SQL Functions
As discussed in previous posts (ETL and Extracting with Bulk Insert), the first step in the ETL process is to land the data. Once landed in SQL Server, it is best practice to never assume the landing schema will be the final target schema. Since this data set does not appear to have a gauntlet of data types, I wanted to see if I could write something to clue me on to the data types.
The CSV files contained columns that were clearly labeled as ids. With a quick handful of queries, I was able to confirm the integer columns were well enough. The remainder of the columns were varchar
. Just by scanning the tables, it was easy to see that the varchar
data type would not be sufficient. The problem became, how do I check what the data type should be for one value?
. Then, how do I perform this data type check for all varchar values?
.
Performing the check for one column turned out to be using a built-in SQL Server function ISNUMERIC(expression)
. With this and a check for a decimal place within the varchar
to determine if the value is a decimal or an integer.
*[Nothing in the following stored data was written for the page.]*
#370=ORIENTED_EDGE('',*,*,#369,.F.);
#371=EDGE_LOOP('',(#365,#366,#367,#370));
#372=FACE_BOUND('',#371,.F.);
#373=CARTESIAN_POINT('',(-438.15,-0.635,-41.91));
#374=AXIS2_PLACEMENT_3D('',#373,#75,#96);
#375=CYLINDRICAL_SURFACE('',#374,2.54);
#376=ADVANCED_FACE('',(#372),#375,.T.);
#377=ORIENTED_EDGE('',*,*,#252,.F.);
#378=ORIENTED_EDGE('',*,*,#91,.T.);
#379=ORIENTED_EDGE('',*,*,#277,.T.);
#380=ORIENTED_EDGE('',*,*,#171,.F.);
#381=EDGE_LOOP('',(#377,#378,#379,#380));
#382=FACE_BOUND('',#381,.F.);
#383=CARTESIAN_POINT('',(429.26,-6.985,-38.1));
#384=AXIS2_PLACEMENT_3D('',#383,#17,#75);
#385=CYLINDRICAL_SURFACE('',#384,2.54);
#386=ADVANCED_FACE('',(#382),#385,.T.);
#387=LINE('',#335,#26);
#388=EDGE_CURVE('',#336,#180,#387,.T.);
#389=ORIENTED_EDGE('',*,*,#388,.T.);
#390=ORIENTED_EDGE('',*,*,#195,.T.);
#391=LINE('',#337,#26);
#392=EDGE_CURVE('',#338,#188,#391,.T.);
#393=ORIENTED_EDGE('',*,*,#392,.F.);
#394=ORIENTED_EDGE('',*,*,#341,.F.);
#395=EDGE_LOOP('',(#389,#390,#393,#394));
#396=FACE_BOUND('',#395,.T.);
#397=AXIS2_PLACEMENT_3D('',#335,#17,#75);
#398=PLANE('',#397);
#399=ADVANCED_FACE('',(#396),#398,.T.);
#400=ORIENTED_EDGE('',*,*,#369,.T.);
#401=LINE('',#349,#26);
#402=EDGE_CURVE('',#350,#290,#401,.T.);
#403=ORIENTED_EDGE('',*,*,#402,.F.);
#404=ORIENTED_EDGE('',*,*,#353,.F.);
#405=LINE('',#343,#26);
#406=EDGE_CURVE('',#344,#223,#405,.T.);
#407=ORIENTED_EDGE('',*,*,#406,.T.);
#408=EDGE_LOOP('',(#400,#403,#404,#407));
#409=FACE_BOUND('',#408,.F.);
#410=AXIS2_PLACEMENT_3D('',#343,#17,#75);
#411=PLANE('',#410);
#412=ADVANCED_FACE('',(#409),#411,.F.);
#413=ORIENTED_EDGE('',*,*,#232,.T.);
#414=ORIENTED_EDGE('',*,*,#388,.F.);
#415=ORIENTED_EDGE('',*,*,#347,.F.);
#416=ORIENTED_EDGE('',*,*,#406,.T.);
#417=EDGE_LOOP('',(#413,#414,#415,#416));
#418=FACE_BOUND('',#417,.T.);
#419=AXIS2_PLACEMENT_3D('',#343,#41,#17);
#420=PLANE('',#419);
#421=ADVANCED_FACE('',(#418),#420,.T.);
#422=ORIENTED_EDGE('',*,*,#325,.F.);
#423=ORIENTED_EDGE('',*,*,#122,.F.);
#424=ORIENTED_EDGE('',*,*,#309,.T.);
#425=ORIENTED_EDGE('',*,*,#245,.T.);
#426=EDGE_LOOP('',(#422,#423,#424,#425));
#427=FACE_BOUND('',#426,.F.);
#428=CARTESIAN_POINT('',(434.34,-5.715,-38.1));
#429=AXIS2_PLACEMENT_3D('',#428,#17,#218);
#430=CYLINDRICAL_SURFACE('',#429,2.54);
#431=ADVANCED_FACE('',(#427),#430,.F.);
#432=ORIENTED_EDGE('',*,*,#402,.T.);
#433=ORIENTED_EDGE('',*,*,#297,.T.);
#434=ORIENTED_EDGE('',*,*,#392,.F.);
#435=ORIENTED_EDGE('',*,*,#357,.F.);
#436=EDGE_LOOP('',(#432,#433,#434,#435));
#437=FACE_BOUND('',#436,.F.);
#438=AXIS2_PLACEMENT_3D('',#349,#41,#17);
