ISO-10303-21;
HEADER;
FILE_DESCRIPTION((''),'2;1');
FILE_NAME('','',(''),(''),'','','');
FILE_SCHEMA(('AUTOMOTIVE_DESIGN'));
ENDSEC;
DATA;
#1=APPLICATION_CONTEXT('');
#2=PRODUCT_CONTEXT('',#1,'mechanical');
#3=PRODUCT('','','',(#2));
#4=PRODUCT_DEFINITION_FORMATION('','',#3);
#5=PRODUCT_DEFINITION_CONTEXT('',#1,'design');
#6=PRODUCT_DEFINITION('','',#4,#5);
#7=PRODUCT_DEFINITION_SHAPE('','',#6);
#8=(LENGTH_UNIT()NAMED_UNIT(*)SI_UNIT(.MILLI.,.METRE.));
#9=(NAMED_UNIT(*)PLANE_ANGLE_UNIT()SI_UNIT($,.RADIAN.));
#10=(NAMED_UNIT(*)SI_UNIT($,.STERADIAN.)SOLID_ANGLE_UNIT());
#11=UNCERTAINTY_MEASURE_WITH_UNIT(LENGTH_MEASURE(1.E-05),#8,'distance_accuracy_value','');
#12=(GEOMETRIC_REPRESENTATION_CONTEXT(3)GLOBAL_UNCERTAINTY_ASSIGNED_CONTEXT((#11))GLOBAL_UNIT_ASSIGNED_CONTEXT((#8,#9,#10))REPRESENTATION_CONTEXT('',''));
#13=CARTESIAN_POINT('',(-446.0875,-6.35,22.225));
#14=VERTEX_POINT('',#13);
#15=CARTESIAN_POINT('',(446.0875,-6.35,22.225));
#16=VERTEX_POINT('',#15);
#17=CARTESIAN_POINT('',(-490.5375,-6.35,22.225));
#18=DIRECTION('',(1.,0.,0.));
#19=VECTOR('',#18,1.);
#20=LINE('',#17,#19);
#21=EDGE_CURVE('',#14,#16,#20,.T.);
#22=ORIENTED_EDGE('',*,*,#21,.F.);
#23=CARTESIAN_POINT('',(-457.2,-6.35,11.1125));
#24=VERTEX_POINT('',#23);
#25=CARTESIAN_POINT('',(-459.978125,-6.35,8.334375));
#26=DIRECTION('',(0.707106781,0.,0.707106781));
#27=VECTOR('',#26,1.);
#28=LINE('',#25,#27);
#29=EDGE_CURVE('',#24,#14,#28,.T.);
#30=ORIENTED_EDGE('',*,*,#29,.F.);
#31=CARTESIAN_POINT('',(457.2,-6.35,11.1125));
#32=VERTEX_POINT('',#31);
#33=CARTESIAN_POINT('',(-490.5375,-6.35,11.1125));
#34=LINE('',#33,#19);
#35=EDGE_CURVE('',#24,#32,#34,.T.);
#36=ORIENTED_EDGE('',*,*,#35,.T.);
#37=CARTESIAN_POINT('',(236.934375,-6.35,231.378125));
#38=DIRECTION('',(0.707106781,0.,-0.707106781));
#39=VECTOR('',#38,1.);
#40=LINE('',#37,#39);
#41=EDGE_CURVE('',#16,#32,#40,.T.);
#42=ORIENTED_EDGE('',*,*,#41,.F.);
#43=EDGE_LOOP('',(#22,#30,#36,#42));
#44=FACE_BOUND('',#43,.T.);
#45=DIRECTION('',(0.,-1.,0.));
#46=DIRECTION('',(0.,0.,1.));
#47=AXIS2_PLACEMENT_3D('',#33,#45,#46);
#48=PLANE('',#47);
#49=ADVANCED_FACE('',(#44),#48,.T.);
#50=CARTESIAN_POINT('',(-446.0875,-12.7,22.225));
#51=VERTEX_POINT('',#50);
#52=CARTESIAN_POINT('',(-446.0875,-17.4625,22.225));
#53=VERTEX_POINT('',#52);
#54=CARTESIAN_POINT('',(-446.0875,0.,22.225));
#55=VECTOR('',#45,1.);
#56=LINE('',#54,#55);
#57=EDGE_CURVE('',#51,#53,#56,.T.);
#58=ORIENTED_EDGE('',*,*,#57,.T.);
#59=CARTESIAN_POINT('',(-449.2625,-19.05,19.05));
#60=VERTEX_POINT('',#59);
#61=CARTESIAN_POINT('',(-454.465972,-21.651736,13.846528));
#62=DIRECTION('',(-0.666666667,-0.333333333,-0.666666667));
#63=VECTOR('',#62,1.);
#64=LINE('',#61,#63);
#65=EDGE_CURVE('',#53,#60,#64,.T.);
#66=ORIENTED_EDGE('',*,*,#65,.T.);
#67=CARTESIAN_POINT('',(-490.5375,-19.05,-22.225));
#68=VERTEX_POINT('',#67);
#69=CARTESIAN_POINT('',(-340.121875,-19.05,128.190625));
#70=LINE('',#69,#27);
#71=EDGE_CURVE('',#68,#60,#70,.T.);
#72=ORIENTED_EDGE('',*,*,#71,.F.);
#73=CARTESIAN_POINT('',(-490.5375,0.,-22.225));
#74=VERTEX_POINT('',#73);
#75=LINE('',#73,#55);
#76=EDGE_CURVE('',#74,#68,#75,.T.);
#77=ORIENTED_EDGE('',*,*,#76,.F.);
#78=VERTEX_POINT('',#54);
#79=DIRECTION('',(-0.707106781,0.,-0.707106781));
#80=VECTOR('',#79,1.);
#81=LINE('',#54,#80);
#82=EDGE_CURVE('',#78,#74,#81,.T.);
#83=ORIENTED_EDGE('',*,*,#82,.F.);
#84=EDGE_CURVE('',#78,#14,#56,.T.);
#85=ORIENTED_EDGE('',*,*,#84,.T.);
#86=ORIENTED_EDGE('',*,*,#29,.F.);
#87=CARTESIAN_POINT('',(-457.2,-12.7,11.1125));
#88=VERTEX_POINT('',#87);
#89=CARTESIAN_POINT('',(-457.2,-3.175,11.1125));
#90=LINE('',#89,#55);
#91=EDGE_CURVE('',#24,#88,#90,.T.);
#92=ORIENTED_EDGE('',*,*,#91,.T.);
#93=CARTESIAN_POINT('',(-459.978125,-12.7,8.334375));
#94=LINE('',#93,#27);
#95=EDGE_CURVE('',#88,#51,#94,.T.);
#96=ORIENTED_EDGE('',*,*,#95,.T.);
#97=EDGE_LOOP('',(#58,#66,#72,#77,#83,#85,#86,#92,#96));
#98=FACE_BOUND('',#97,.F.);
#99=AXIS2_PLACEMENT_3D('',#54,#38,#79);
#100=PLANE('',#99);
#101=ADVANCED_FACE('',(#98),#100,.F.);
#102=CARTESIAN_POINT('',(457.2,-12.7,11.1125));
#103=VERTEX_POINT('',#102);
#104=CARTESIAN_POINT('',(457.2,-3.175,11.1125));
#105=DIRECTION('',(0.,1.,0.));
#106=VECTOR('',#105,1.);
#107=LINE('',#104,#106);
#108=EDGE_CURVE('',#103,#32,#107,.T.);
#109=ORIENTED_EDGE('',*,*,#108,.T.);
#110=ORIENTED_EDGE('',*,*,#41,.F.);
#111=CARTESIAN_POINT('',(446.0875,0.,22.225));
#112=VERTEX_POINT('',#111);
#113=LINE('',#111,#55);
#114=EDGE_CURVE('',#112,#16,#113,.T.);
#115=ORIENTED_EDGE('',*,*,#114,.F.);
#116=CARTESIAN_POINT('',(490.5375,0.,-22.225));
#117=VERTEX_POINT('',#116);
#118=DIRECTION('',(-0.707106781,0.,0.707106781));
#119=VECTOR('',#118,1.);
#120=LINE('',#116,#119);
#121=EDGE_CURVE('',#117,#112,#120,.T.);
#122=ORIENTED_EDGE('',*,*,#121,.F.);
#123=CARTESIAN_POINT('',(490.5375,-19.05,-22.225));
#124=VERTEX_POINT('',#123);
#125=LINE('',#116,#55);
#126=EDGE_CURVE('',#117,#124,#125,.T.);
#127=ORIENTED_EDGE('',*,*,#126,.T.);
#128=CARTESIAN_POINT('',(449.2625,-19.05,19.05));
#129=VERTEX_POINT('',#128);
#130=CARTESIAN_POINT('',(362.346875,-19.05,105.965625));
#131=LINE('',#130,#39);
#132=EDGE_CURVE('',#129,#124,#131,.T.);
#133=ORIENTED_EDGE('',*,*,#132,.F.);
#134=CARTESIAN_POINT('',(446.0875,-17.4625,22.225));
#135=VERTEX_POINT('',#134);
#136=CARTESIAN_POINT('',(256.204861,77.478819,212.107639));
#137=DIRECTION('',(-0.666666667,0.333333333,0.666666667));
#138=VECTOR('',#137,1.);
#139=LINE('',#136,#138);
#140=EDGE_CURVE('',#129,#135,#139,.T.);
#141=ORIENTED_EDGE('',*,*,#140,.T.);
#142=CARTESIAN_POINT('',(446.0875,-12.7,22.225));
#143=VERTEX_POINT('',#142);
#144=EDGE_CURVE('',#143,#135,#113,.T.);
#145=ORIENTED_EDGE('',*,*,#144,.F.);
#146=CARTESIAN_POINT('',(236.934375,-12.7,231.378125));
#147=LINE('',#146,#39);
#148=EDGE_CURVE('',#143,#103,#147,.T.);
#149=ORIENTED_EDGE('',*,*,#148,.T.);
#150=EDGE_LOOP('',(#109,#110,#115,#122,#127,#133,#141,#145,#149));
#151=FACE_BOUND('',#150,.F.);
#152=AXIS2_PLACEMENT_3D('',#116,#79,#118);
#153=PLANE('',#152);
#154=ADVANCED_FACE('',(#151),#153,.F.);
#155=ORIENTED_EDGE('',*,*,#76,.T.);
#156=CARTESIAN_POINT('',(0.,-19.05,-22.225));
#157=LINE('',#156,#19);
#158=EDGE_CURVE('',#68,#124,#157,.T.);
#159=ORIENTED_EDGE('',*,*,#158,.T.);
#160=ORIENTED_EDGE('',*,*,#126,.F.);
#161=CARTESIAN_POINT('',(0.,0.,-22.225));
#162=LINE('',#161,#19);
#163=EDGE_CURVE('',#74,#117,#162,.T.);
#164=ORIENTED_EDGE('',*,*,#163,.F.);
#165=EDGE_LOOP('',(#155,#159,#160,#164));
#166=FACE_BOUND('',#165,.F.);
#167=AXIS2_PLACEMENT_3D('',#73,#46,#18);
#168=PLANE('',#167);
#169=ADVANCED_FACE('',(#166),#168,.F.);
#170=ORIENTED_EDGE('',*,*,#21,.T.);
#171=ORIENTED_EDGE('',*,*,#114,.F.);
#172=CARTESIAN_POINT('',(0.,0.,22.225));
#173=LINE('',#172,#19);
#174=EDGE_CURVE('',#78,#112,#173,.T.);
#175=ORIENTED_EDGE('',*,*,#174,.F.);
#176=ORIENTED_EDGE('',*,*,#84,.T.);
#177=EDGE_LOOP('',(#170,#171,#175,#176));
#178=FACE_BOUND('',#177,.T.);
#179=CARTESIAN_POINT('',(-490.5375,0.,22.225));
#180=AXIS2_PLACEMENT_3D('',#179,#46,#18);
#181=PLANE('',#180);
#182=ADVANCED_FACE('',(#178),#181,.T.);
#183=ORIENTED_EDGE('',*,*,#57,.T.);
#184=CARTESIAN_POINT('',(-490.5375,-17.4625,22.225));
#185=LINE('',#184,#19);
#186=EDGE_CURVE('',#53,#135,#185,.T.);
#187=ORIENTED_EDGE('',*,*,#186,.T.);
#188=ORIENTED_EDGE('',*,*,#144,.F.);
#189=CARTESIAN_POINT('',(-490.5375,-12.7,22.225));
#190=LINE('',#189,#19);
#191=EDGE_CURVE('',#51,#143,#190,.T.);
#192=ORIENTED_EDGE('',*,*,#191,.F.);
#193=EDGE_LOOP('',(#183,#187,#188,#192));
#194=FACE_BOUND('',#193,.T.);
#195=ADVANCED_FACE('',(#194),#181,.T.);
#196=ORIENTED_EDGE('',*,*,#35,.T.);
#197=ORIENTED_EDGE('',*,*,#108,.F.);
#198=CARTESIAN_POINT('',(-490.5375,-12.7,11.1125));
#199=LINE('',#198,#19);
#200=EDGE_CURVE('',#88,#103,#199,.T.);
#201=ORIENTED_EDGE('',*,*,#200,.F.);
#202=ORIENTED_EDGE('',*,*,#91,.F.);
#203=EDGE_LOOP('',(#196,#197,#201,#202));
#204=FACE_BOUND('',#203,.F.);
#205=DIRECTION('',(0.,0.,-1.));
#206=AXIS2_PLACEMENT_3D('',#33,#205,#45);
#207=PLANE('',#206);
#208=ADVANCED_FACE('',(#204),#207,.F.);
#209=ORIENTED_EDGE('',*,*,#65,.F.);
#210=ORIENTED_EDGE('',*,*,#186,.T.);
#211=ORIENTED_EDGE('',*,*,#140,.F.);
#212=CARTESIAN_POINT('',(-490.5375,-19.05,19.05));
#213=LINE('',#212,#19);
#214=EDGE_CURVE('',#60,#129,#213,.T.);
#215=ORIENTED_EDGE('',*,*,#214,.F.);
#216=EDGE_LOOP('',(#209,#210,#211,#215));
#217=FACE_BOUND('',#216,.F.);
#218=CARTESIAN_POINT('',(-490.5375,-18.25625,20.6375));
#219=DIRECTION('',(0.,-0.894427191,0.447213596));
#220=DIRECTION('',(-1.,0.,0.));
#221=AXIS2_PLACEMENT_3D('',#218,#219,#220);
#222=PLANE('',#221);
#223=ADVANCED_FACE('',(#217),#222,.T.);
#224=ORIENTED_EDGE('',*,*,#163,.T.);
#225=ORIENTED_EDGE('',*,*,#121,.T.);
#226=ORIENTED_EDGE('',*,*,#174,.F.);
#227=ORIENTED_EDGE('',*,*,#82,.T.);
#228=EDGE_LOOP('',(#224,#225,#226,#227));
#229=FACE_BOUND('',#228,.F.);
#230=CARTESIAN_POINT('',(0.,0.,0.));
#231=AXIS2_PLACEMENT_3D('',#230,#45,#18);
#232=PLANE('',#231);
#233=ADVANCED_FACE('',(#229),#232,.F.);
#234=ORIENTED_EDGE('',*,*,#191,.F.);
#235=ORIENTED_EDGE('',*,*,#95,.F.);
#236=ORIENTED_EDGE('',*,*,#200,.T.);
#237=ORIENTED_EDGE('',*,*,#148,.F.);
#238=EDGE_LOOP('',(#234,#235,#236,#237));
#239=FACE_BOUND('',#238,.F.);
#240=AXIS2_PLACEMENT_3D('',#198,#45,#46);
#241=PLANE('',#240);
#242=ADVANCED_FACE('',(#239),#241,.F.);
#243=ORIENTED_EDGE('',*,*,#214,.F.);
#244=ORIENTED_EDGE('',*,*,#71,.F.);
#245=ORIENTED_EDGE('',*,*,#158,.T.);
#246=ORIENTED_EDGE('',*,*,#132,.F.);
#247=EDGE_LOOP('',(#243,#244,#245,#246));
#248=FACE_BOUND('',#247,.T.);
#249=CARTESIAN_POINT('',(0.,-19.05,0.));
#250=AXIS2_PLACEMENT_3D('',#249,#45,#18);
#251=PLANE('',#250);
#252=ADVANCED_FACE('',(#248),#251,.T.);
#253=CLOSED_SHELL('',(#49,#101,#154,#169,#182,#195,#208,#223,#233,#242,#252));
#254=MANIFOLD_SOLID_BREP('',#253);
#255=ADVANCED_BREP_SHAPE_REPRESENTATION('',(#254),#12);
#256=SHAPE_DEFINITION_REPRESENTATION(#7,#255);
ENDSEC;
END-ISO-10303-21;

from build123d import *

# Parameters (mm, degrees)
F0_W     = 981.075
F0_H     = 44.45
F1_DEPTH = 19.05
F2_W     = 6.35
F2_H     = 11.1125
F3_DEPTH = 981.076
F4_SIZE2 = 3.175
F4_SIZE  = 1.5875
F6_DEPTH = 19.051


with BuildPart() as f1:
    # F0 (on Front) → F1 (new body)
    with BuildSketch(Plane.XZ):
        Rectangle(F0_W, F0_H)
    extrude(amount=F1_DEPTH)

    # F2 (on face) → F3 (cut, through all)
    with BuildSketch(Plane(origin=(-490.5375, 0, 0), x_dir=(0, -1, 0), z_dir=(-1, 0, 0))):
        with Locations((9.525, 16.66875)):
            Rectangle(F2_W, F2_H)
    extrude(amount=-F3_DEPTH, mode=Mode.SUBTRACT)

    # F4
    f4_edges = [f1.edges().sort_by_distance(p)[0] for p in [
        (0, -19.05, 22.225),
    ]]
    chamfer(f4_edges, length=F4_SIZE, length2=F4_SIZE2)

    # F5 (on face) → F6 (cut, through all)
    with BuildSketch(Plane(origin=(0, 0, 0), x_dir=(-1, 0, 0), z_dir=(0, 1, 0))):
        Polygon((-490.5375, 22.225), (-490.5375, -22.225), (-446.0875, 22.225), align=None)
        Polygon((446.0875, 22.225), (490.5375, -22.225), (490.5375, 22.225), align=None)
    extrude(amount=-F6_DEPTH, mode=Mode.SUBTRACT)


solid = f1.part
It would be silly to copy and paste this conditional all over the type checking scripts, a stored procedure is too big of a tool, the middle of the road option is SQL Functions. There are hundreds of functions that come out of the box, as developers we can also define our own. For example:
use FormulaOneAnalysis
drop function if exists dbo.TypeCheck
go
create function dbo.TypeCheck(@param varchar(max))
returns varchar(max)
begin
declare @response varchar(max)
set @response = ''
-- check if the parameter passed is a numeric value
if (isnumeric(@param) = 1)
begin
set @response = concat(@response, 'numeric')
-- check if the value is a decimal or an int
if (charindex('.', @param) > 0)
set @response = concat(@response, ':decimal')
else
set @response = concat(@response, ':int')
end
else
begin
set @response = concat(@response, 'varchar:', len(@param))
end
-- return the concatenated string response
return @response
end;
With the function defined we are just a query away from using it:
use FormulaOneAnalysis
select dbo.TypeCheck(Name)
from RacesTypeAnalysis
With this knowledge, there is no need to copy-paste from script to script building a maintenance nightmare to maintain.